Motifs over-represented in the promoters of top predictions.
(*) indicates motifs that have not been previously reported to be enriched in promoters of tissue-specific genes in C. elegans.
Figure 5.
Tissue bias in microRNA target predictions.
Our tissue-specific expression predictions allow us to systematically evaluate which C. elegans microRNA genes have a tissue bias in their predicted targets and thus are candidates for regulating tissue specific processes. For each microRNA gene we evaluate list of potential targets (as generated by three target prediction algorithms) against our tissue expression prediction scores using a rank test. (Average AUC is plotted, (*) indicates the interaction was significant (p<0.01) based on two out of three target sets, (**) was significant in all three. For each microRNA-tissue pair, enrichment (red) signifies that the targets of that microRNA are predicted to express in that tissue with scores that are significantly higher than would be expected if no bias is present. Avoidance (green) signifies that the microRNA targets have expression prediction scores that are significantly lower than expected. Since microRNAs down-regulate the levels of their targets, avoidance in one tissue coupled with preference in several others may imply involvement in differentiation, whereby the microRNA downregulates alternative tissue expression profiles.
Figure 6.
Tissue-specific weighted correlation networks allow elucidation of tissue-specific gene function.

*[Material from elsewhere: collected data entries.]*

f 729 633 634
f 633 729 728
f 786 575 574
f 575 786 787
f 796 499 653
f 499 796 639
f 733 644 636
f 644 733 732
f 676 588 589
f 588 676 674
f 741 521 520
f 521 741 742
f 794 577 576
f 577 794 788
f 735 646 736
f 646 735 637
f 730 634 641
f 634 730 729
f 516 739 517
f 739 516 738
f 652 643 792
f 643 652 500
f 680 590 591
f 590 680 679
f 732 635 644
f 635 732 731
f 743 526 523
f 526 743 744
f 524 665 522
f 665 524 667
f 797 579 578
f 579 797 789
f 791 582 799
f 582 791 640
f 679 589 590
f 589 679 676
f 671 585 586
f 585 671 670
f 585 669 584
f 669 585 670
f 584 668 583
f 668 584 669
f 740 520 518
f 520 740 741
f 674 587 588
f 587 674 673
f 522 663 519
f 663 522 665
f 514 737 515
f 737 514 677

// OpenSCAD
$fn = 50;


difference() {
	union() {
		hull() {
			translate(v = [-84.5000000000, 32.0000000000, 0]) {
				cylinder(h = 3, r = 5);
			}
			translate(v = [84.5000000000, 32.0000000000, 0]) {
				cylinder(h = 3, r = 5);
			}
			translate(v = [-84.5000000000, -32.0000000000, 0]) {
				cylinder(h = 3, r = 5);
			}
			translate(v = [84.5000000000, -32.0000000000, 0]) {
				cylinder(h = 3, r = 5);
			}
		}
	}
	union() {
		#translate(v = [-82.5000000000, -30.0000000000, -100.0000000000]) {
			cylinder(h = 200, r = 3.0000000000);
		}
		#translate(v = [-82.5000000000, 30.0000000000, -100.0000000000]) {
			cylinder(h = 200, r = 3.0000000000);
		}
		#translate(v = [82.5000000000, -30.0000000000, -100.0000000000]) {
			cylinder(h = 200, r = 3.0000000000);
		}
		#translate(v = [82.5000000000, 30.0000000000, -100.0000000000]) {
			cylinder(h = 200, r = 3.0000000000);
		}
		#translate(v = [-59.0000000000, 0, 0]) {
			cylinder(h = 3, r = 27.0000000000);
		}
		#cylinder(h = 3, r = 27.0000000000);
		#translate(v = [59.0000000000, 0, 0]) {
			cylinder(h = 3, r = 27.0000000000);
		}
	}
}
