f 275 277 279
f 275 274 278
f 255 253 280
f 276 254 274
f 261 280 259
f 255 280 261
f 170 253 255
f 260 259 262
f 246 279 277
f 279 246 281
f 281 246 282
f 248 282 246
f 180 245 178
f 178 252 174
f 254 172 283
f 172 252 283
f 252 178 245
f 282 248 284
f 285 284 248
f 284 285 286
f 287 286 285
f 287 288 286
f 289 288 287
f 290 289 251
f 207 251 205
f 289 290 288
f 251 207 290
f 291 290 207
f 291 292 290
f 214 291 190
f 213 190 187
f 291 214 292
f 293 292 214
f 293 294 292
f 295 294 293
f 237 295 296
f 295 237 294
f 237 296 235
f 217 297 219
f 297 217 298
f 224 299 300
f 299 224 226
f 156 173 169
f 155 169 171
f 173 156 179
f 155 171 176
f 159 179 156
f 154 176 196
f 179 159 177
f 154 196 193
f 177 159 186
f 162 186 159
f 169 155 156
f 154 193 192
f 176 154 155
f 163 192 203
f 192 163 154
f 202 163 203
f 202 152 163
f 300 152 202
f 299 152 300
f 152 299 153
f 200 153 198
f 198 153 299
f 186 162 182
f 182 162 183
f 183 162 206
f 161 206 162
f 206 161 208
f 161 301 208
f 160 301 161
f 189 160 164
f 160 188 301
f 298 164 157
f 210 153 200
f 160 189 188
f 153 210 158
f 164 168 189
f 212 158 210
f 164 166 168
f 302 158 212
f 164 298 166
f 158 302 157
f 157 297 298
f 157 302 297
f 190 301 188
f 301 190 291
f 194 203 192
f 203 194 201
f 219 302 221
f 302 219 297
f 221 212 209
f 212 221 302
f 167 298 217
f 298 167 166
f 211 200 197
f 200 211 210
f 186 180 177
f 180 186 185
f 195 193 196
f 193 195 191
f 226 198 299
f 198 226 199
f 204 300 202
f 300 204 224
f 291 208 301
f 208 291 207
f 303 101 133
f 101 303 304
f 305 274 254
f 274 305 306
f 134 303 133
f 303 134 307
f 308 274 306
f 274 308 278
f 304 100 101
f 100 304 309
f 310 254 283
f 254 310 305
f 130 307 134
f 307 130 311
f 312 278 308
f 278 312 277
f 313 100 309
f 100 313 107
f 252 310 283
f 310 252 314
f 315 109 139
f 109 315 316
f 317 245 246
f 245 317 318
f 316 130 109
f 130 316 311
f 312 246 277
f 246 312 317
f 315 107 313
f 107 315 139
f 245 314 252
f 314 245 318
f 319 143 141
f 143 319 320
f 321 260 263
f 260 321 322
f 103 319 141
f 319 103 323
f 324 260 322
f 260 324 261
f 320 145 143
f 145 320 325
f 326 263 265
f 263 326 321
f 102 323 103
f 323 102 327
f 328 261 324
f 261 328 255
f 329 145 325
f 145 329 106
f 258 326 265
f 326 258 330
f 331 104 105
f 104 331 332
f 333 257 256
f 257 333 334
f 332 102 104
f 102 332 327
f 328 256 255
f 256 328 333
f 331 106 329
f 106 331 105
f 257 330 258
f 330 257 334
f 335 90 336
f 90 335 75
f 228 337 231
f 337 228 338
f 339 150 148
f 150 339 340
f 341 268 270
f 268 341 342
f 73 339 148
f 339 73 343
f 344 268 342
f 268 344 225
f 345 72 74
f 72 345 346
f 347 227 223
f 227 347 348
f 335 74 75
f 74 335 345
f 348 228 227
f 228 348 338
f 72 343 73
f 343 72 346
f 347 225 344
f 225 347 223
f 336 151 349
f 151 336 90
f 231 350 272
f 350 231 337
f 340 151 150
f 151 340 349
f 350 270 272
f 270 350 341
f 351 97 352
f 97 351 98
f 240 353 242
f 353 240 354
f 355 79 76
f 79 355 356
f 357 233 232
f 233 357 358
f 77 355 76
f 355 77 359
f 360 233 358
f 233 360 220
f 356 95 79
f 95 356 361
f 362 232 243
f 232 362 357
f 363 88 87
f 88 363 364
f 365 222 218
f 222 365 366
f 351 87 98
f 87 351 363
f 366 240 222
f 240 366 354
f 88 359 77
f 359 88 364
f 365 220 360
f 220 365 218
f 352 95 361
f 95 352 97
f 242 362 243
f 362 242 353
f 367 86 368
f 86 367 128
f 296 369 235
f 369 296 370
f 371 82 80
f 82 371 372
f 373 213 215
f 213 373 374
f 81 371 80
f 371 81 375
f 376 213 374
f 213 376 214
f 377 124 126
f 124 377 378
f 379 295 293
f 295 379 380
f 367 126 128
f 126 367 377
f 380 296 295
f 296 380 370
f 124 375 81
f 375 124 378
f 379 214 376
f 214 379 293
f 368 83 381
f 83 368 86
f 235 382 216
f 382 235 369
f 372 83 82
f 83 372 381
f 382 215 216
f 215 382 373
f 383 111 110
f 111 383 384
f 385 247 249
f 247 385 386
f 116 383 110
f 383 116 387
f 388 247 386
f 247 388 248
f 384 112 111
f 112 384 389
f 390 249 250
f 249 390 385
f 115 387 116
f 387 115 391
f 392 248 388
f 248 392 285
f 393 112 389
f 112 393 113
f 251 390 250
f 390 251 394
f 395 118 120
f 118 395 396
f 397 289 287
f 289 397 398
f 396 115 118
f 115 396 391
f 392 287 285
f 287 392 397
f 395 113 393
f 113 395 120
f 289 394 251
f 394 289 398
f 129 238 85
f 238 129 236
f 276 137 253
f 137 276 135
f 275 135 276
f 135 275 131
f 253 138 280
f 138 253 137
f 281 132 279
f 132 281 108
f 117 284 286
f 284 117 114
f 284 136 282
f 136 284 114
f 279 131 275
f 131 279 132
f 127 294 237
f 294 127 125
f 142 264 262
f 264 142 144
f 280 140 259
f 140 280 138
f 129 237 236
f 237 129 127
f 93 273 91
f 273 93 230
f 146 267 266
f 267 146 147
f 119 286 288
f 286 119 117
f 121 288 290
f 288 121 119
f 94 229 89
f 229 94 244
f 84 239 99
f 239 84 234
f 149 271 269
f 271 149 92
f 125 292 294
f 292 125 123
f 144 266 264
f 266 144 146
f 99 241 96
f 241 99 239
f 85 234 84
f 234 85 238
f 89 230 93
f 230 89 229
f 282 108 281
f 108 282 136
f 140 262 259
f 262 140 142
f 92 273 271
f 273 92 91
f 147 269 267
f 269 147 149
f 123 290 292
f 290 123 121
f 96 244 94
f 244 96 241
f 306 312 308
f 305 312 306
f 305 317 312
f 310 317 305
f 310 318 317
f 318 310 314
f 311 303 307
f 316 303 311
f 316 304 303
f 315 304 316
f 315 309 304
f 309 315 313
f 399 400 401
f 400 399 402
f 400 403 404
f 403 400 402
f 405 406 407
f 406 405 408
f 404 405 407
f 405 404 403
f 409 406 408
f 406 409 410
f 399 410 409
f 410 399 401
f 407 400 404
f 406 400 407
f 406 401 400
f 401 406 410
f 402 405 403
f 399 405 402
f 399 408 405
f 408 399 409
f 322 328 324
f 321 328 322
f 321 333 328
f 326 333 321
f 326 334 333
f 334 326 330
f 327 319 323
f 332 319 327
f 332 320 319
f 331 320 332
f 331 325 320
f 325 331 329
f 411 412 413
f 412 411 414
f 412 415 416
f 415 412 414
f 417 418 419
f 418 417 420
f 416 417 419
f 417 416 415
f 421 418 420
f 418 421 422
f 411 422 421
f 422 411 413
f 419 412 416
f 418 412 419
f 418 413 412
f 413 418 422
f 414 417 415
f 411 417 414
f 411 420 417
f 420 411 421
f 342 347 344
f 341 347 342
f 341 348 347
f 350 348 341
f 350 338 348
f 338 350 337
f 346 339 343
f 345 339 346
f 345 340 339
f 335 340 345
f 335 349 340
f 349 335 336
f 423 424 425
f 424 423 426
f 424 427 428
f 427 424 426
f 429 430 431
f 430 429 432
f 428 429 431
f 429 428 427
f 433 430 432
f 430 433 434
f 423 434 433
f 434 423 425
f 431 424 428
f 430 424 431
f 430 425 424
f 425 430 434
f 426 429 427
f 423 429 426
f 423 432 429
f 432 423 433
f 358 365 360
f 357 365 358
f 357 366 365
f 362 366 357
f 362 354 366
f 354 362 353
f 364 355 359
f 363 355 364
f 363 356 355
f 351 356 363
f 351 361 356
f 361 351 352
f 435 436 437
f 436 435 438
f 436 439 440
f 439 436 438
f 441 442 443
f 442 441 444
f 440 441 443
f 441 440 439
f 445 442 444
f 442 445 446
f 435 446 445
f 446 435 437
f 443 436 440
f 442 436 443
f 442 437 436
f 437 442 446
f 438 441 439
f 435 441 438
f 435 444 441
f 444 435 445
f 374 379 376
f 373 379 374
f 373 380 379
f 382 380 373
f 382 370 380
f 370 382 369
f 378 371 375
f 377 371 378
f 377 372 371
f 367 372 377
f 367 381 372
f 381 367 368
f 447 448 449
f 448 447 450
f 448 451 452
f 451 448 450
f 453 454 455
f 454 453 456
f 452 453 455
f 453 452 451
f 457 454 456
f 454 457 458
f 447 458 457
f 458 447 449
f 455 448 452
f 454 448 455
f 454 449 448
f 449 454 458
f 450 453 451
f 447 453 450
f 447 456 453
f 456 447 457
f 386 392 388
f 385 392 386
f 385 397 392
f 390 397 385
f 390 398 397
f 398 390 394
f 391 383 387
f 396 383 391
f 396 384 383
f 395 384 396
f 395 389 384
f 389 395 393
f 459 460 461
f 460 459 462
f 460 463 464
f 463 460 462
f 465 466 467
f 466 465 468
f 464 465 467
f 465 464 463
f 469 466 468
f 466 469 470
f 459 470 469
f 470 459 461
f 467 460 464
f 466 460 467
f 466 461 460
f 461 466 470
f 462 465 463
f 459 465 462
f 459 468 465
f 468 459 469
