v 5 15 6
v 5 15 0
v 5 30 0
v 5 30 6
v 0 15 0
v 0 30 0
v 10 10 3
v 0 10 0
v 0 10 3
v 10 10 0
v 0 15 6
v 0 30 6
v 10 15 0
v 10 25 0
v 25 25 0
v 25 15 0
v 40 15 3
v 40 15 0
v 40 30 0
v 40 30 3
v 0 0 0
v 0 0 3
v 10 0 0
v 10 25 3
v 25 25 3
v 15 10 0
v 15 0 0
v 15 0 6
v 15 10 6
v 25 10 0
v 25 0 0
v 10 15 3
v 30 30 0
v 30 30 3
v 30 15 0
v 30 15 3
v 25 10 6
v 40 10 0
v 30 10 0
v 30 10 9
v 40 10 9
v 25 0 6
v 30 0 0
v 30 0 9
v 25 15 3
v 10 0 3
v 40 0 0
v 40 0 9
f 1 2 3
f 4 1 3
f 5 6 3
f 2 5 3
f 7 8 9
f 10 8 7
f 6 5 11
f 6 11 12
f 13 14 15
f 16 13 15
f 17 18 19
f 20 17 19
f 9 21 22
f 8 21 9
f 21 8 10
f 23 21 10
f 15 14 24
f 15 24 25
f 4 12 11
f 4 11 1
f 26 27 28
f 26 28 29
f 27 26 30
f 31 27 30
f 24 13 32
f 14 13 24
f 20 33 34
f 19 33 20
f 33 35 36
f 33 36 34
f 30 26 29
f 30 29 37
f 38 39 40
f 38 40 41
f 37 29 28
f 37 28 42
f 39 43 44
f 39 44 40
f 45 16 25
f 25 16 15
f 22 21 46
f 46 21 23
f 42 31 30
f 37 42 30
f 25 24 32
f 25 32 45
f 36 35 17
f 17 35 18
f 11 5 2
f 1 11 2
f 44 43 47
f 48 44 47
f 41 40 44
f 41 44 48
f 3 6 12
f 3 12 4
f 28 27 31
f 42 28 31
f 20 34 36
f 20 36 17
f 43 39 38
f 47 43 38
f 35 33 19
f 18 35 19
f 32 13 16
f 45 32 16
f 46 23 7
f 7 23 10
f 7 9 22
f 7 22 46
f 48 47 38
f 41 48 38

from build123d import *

# Parameters (mm, degrees)
BOX_W        = 10
BOX_H        = 10
BOX_DEPTH    = 3
BOX001_W     = 10
BOX001_H     = 10
BOX001_DEPTH = 6
BOX002_W     = 10
BOX002_H     = 10
BOX002_DEPTH = 9
BOX003_W     = 10
BOX003_H     = 15
BOX003_DEPTH = 3
BOX004_W     = 15
BOX004_H     = 10
BOX004_DEPTH = 3
BOX005_W     = 5
BOX005_H     = 15
BOX005_DEPTH = 6


with BuildPart() as cube:
    # Box → Box (new body)
    with BuildSketch(Plane.XY):
        with Locations((5, 5)):
            Rectangle(BOX_W, BOX_H)
    extrude(amount=BOX_DEPTH)


with BuildPart() as cube001:
    # Box001 → Box001 (new body)
    with BuildSketch(Plane(origin=(15, 0, 0), x_dir=(1, 0, 0), z_dir=(0, 0, 1))):
        with Locations((5, 5)):
            Rectangle(BOX001_W, BOX001_H)
    extrude(amount=BOX001_DEPTH)


with BuildPart() as cube002:
    # Box002 → Box002 (new body)
    with BuildSketch(Plane(origin=(30, 0, 0), x_dir=(1, 0, 0), z_dir=(0, 0, 1))):
        with Locations((5, 5)):
            Rectangle(BOX002_W, BOX002_H)
    extrude(amount=BOX002_DEPTH)


with BuildPart() as cube003:
    # Box003 → Box003 (new body)
    with BuildSketch(Plane(origin=(30, 15, 0), x_dir=(1, 0, 0), z_dir=(0, 0, 1))):
        with Locations((5, 7.5)):
            Rectangle(BOX003_W, BOX003_H)
    extrude(amount=BOX003_DEPTH)


with BuildPart() as cube004:
    # Box004 → Box004 (new body)
    with BuildSketch(Plane(origin=(10, 15, 0), x_dir=(1, 0, 0), z_dir=(0, 0, 1))):
        with Locations((7.5, 5)):
            Rectangle(BOX004_W, BOX004_H)
    extrude(amount=BOX004_DEPTH)


with BuildPart() as cube005:
    # Box005 → Box005 (new body)
    with BuildSketch(Plane(origin=(0, 15, 0), x_dir=(1, 0, 0), z_dir=(0, 0, 1))):
        with Locations((2.5, 7.5)):
            Rectangle(BOX005_W, BOX005_H)
    extrude(amount=BOX005_DEPTH)


solid = Compound([cube.part, cube001.part, cube002.part, cube003.part, cube004.part, cube005.part])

Top 20 predicted interactions partners and strongest inter-partner interactions are shown. Genes are colored according to known tissue-specific function: yellow indicates neuronal function, and red indicates involvement in a germ-line/oocyte process. (A) Neuron-specific network around exc-7. An extended SVM algorithm was used to predict tissue-specific functional interactions. Although exc-7 is best characterized as playing a role in the formation of the excretory cell, it has also been shown to regulate cholinergic synaptic transmission. Many of its functional interaction partners are consistent with this neuron-specific function. (B)Tissue-specific networks for let-60. let-60 is the homolog of mammalian Ras protein that is involved, among other processes, in chemosensation and progression through meiosis during oogenesis. The functional interaction partners identified for let-60 are completely different in the neuron and germ line networks, reflecting that this gene plays a different functional role in the context of different tissues.